Reflecting.
I have crap parents. Still in contact but see them distantly. I've had counselling over the years and re-parented myself as best I can.
I've had several long term partners too, had 2 children with one whom I still get along with and share the children with, but embarrassingly, none of my partners have ever asked me to marry them.
When I think of my friends who have married, they all come from loving, close families and their husbands have all become a part of their extended family- as if love attracts love.
The friends I have from backgrounds lile mine are also unmarried and one is divorced having married young.
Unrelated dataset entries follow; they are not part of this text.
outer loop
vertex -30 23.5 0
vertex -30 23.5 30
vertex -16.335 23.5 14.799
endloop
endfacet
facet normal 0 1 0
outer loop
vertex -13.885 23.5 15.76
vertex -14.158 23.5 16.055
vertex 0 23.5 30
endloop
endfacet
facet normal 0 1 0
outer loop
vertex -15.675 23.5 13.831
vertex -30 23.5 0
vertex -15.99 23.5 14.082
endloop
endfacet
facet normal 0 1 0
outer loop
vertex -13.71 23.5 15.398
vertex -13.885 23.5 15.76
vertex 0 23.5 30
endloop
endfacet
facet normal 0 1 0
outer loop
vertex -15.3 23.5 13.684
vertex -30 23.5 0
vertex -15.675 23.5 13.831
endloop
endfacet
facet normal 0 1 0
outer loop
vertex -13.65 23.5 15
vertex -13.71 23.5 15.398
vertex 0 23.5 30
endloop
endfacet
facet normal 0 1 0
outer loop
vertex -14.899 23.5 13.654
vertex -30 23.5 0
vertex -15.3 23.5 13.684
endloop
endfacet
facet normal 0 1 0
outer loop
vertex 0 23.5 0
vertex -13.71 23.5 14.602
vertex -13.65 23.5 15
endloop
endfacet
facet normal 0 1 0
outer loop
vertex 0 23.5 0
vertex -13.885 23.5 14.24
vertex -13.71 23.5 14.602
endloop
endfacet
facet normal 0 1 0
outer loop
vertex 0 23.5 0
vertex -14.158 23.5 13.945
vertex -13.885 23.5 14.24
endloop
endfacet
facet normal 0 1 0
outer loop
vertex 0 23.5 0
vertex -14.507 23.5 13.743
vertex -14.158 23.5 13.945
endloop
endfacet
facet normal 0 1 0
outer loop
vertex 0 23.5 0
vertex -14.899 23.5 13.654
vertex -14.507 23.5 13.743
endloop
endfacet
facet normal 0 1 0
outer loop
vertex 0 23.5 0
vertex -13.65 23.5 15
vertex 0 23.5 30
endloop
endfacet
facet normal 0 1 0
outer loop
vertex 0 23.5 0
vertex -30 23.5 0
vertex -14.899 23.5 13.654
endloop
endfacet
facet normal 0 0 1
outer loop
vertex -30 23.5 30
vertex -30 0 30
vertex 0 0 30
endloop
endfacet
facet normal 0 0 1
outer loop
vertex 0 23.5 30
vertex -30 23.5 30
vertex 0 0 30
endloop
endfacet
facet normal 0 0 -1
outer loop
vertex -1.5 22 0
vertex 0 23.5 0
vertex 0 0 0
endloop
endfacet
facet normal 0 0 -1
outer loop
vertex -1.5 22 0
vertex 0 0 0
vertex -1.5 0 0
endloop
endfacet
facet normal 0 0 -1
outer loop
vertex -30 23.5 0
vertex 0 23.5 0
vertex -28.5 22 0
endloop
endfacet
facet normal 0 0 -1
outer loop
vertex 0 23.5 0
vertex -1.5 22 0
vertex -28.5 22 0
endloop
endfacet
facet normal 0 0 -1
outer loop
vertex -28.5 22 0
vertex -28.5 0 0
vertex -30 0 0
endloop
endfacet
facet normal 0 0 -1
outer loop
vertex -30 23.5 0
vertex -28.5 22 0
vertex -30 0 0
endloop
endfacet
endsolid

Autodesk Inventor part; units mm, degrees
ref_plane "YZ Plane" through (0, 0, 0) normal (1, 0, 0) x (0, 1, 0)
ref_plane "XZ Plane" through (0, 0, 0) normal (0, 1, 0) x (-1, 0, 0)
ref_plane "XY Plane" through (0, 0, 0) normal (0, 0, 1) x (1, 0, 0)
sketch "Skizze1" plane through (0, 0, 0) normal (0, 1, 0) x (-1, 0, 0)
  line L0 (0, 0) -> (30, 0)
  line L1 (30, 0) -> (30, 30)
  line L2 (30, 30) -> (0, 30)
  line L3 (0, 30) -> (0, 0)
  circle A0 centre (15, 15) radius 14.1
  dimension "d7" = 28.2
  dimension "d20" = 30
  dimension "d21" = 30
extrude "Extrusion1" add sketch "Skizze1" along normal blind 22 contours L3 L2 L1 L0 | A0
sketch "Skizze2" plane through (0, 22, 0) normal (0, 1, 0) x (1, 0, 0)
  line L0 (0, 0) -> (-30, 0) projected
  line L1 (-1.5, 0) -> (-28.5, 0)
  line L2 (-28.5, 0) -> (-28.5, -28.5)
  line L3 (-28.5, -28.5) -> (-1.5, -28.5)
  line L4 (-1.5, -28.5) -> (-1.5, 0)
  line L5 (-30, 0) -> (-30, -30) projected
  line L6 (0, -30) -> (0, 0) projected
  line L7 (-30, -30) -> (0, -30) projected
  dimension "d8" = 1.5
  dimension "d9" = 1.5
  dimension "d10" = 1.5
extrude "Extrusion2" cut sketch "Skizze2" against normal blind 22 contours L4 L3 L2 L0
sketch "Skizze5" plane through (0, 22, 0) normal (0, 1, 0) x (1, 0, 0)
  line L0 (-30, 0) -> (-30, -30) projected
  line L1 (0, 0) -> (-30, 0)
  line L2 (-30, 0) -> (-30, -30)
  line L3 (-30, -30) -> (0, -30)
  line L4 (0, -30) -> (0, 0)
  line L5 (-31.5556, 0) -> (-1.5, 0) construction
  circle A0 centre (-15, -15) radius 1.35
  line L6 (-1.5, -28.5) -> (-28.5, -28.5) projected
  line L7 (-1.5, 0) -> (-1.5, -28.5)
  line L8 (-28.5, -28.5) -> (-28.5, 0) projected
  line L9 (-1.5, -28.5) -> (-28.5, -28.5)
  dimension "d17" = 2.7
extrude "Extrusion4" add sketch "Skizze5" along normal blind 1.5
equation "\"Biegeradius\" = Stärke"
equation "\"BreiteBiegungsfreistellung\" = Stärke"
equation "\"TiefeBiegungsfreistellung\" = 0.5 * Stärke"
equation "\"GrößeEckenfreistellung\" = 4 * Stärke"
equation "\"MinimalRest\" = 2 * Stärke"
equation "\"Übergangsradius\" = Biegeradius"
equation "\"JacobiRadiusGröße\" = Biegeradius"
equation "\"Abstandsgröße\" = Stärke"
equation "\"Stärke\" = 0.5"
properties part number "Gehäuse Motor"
I guess as we get older and more independent and parents are no longer around, family backgrounds are less important. But when you're in your late 20s,is marrying into a "family unit" as important as marrying a partner to many people?
I would like to know the answer to this.
Would it put you off marrying someone like me?
FWIW, I am now mid-late thirties and wondering if I will ever get my chance to marry someone nice and have that stability I have always wished for. My parents are selfish drinkers who generally don't do anything for me unless there's something in it for them.
Ex-partners have always looked down on my parents, joked about them, eye-rolled at them, told me honestly that they're really crap (I've always appreciated the latter). It all seems such a shame having never been part of a loving family unit and as a little girl,longing for the day I would have my own, to have never married still and be a single mum. I love my children and I'm so glad I had them, but I didn't quite envision it this way. I have a good job, our finances are quite good too, no debt, nice home. But it would be nice to feel wanted by somebody. My friends whose husbands adore them appear to have parents who adore them also.